Word for word, transcribe the material below from its first line to the line with "#185=FACE_BOUND('',#184,.T.);", both included.
----
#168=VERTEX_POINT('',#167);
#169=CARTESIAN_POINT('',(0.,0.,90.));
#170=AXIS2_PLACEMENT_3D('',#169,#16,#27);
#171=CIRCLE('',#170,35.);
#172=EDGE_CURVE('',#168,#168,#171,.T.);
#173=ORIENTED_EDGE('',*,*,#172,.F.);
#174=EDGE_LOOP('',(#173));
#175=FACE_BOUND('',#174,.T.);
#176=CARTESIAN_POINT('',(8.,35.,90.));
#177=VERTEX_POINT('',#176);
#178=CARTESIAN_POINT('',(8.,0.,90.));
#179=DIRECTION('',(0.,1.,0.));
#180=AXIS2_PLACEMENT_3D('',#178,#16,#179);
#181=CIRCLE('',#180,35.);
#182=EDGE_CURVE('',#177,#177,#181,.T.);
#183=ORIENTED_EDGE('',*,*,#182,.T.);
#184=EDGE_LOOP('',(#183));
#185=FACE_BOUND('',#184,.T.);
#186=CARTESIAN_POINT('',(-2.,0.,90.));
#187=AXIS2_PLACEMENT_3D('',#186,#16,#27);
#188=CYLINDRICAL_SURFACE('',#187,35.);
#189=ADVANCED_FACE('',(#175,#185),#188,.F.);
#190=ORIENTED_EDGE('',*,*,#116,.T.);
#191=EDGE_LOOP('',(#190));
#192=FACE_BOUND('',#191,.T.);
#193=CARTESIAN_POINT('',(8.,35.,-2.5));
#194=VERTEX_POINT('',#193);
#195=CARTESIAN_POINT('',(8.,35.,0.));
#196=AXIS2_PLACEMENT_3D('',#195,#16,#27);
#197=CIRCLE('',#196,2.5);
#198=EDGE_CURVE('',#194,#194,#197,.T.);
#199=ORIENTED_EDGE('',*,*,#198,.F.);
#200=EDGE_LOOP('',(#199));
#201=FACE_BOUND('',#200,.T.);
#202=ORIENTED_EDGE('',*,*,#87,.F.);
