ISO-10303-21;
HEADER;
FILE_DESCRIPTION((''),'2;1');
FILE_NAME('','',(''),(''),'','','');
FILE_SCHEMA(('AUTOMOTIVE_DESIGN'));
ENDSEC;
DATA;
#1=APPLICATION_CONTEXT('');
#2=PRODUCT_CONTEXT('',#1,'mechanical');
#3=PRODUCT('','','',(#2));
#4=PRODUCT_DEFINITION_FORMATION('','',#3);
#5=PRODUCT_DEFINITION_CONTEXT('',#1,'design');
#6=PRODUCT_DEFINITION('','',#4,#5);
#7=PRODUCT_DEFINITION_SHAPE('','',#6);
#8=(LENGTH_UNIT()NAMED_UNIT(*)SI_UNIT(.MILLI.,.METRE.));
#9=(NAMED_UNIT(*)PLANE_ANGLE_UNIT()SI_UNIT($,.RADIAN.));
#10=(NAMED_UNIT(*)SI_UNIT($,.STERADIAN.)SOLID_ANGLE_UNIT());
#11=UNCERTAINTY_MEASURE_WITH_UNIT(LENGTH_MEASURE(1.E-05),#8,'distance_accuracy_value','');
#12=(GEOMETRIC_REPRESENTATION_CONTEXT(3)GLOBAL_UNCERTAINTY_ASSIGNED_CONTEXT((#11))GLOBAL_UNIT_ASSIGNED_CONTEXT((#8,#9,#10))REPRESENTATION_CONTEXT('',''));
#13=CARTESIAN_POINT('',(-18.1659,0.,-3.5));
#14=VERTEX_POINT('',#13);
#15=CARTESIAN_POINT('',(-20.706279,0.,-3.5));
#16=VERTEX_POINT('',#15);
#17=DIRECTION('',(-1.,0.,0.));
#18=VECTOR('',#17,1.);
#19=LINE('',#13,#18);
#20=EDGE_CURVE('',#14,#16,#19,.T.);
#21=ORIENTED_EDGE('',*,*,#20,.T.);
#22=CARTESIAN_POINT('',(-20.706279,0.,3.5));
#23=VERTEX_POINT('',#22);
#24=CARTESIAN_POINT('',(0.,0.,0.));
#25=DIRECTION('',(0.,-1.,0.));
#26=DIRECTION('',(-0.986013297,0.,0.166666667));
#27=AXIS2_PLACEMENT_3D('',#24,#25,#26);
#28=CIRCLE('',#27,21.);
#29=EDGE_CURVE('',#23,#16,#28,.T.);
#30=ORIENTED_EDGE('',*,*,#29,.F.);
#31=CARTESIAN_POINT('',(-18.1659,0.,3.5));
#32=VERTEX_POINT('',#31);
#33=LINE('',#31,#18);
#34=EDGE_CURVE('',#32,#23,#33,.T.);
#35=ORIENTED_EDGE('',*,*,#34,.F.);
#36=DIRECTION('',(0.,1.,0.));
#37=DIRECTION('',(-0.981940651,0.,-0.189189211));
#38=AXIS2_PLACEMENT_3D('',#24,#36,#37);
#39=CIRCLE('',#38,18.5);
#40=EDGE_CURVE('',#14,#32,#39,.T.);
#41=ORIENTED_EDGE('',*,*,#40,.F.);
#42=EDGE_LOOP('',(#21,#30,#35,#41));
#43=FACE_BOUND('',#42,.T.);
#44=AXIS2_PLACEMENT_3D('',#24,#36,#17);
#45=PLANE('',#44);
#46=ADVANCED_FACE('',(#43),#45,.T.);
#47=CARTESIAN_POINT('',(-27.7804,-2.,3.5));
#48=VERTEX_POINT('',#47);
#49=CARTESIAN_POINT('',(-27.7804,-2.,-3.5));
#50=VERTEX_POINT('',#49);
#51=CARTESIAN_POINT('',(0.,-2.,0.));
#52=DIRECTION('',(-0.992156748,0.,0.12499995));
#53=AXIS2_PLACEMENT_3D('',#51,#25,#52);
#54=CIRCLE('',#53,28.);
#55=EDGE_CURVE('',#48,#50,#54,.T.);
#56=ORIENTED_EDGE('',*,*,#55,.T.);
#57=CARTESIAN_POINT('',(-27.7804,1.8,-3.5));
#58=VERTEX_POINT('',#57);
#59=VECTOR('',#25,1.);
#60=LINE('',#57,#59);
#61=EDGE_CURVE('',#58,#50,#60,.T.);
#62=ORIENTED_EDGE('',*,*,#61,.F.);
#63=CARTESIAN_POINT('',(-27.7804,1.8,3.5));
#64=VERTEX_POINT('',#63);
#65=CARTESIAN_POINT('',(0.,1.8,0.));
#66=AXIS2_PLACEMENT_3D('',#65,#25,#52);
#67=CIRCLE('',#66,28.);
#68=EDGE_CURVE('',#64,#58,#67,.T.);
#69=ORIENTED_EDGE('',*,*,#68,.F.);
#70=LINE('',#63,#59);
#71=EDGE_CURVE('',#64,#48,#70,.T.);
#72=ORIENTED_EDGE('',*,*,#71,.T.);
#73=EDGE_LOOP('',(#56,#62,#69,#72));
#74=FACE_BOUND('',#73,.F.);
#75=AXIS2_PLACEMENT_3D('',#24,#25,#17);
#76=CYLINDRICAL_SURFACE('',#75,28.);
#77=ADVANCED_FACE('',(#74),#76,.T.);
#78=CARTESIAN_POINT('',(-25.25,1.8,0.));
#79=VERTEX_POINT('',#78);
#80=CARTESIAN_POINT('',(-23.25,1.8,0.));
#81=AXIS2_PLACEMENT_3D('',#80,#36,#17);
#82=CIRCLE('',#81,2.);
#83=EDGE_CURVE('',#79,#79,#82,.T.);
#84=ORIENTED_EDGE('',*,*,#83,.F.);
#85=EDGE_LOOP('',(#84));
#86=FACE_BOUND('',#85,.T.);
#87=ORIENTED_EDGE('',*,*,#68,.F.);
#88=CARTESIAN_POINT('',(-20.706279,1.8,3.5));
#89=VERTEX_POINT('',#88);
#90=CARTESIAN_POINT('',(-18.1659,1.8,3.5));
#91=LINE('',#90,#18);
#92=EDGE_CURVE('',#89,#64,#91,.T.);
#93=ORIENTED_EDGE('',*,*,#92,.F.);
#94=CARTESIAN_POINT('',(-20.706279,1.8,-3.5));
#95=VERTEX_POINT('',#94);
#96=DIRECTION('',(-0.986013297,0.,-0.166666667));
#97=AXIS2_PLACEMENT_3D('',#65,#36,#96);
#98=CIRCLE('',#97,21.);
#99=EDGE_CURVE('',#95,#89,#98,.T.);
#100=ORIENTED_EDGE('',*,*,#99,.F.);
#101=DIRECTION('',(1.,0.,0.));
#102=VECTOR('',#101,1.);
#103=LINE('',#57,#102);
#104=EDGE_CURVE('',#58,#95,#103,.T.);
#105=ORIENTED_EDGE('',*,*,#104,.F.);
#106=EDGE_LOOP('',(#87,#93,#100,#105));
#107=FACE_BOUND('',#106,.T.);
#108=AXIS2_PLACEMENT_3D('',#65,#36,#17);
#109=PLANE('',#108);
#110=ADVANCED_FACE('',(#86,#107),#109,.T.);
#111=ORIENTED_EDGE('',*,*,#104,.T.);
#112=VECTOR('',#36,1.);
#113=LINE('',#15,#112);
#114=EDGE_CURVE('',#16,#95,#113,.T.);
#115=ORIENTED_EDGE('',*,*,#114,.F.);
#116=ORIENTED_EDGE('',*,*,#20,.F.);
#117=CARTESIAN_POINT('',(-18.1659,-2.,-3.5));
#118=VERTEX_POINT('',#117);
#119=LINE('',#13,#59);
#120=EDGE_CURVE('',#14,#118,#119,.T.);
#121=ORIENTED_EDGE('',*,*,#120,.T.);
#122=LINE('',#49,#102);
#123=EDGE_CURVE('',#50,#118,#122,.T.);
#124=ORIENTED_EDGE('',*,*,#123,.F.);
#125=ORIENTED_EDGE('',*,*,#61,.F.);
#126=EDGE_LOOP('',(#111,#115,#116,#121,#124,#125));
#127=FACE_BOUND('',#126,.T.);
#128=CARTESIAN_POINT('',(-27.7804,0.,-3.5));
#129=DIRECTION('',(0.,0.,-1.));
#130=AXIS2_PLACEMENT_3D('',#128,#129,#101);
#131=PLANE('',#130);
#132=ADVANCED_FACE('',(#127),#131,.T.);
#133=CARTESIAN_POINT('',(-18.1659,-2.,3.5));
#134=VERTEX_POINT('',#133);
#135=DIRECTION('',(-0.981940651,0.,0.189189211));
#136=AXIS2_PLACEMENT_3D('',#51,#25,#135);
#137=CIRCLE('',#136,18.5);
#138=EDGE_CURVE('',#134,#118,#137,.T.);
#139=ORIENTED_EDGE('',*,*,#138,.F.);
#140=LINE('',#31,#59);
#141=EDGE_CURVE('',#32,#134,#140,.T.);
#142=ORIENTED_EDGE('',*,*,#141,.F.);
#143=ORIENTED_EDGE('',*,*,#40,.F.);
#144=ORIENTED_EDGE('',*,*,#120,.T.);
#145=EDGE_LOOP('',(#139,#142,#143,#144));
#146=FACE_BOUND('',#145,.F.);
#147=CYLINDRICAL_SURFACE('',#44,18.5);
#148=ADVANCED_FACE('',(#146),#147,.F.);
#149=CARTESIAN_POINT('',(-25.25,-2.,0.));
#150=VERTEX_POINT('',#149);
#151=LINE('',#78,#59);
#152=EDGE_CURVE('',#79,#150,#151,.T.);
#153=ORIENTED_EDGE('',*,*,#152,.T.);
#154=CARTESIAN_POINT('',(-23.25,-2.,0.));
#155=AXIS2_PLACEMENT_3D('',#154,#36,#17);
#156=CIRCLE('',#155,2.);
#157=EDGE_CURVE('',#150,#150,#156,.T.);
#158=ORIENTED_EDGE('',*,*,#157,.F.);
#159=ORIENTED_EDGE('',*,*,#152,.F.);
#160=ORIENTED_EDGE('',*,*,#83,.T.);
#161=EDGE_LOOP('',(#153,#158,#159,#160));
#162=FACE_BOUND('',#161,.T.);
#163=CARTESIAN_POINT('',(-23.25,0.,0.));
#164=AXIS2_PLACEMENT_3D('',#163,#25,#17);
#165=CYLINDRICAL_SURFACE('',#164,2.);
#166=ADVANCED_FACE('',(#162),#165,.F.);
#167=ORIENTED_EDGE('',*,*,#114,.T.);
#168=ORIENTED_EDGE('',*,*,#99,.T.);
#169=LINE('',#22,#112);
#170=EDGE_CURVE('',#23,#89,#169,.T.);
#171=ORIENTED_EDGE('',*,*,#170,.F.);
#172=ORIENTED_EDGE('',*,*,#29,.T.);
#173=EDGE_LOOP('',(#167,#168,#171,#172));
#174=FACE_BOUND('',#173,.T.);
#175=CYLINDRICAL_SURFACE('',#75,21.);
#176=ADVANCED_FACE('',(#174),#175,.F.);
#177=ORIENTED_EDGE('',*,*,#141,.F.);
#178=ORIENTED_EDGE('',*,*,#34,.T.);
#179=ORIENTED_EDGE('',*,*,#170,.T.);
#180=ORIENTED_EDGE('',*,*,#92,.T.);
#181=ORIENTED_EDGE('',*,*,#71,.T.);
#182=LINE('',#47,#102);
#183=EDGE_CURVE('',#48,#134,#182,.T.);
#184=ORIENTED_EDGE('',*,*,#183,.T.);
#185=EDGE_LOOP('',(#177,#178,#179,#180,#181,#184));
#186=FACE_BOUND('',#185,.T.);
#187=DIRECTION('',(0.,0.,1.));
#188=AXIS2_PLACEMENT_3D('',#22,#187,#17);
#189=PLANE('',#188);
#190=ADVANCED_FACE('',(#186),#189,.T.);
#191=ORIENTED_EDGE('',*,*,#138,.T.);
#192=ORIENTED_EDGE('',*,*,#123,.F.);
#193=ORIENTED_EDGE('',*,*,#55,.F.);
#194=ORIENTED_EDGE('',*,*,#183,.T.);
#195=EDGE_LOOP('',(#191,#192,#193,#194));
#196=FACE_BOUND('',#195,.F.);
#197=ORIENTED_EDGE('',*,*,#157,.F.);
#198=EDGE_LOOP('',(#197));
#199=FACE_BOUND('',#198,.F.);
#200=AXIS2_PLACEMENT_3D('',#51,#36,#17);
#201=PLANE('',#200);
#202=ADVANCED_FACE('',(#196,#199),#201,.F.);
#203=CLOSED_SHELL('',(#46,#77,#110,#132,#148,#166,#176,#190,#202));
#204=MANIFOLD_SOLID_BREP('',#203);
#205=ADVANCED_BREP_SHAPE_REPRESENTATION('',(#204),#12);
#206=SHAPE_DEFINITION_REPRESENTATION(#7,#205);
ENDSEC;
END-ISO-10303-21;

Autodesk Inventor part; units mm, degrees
ref_plane "YZ Plane" through (0, 0, 0) normal (1, 0, 0) x (0, 1, 0)
ref_plane "XZ Plane" through (0, 0, 0) normal (0, 1, 0) x (-1, 0, 0)
ref_plane "XY Plane" through (0, 0, 0) normal (0, 0, 1) x (1, 0, 0)
sketch "Sketch2" plane through (0, 0, 0) normal (0, 1, 0) x (-1, 0, 0)
  circle A0 centre (0, 0) radius 18.5
  circle A1 centre (0, 0) radius 28
  line L0 (18.5, 0) -> (28, 0) construction
  circle A2 centre (23.25, 0) radius 1.5
  circle A3 centre (11.625, 20.1351) radius 1.5
  circle A4 centre (-11.625, 20.1351) radius 1.5
  circle A5 centre (-23.25, 0) radius 1.5
  circle A6 centre (-11.625, -20.1351) radius 1.5
  circle A7 centre (11.625, -20.1351) radius 1.5
  circle A8 centre (0, 0) radius 20
  circle A9 centre (0, 0) radius 21
  line L1 (18.1659, 3.5) -> (27.7804, 3.5)
  line L2 (27.7804, -3.5) -> (18.1659, -3.5)
  circle A10 centre (23.25, 0) radius 2
  point P0 (-28, 0)
  point P1 (20.7063, -3.5)
  point P2 (20.7063, 3.5)
  dimension "d8" = 37
  dimension "d9" = 3
  dimension "d10" = 360
  dimension "d11" = 56
  dimension "d12" = 40
  dimension "d13" = 42
  dimension "d14" = 3.5
  dimension "d15" = 3.5
  dimension "d16" = 4
extrude "Extrusion1" add sketch "Sketch2" along normal blind 1.8 contours L1 A1 L2 A9 picked at (23.9926, 2.9951)
extrude "Extrusion2" add sketch "Sketch2" against normal blind 2 contours A0 L1 A8 L2 | L1 A9 L2 A8 | L1 A1 L2 A9 picked at (18.7362, 3.1137) picked at (20.0868, -3.1133) picked at (23.9926, 2.9951)
properties part number "ClipsForLens"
----
Completed task:
#168=VERTEX_POINT('',#167);
#169=CARTESIAN_POINT('',(0.,0.,90.));
#170=AXIS2_PLACEMENT_3D('',#169,#16,#27);
#171=CIRCLE('',#170,35.);
#172=EDGE_CURVE('',#168,#168,#171,.T.);
#173=ORIENTED_EDGE('',*,*,#172,.F.);
#174=EDGE_LOOP('',(#173));
#175=FACE_BOUND('',#174,.T.);
#176=CARTESIAN_POINT('',(8.,35.,90.));
#177=VERTEX_POINT('',#176);
#178=CARTESIAN_POINT('',(8.,0.,90.));
#179=DIRECTION('',(0.,1.,0.));
#180=AXIS2_PLACEMENT_3D('',#178,#16,#179);
#181=CIRCLE('',#180,35.);
#182=EDGE_CURVE('',#177,#177,#181,.T.);
#183=ORIENTED_EDGE('',*,*,#182,.T.);
#184=EDGE_LOOP('',(#183));
#185=FACE_BOUND('',#184,.T.);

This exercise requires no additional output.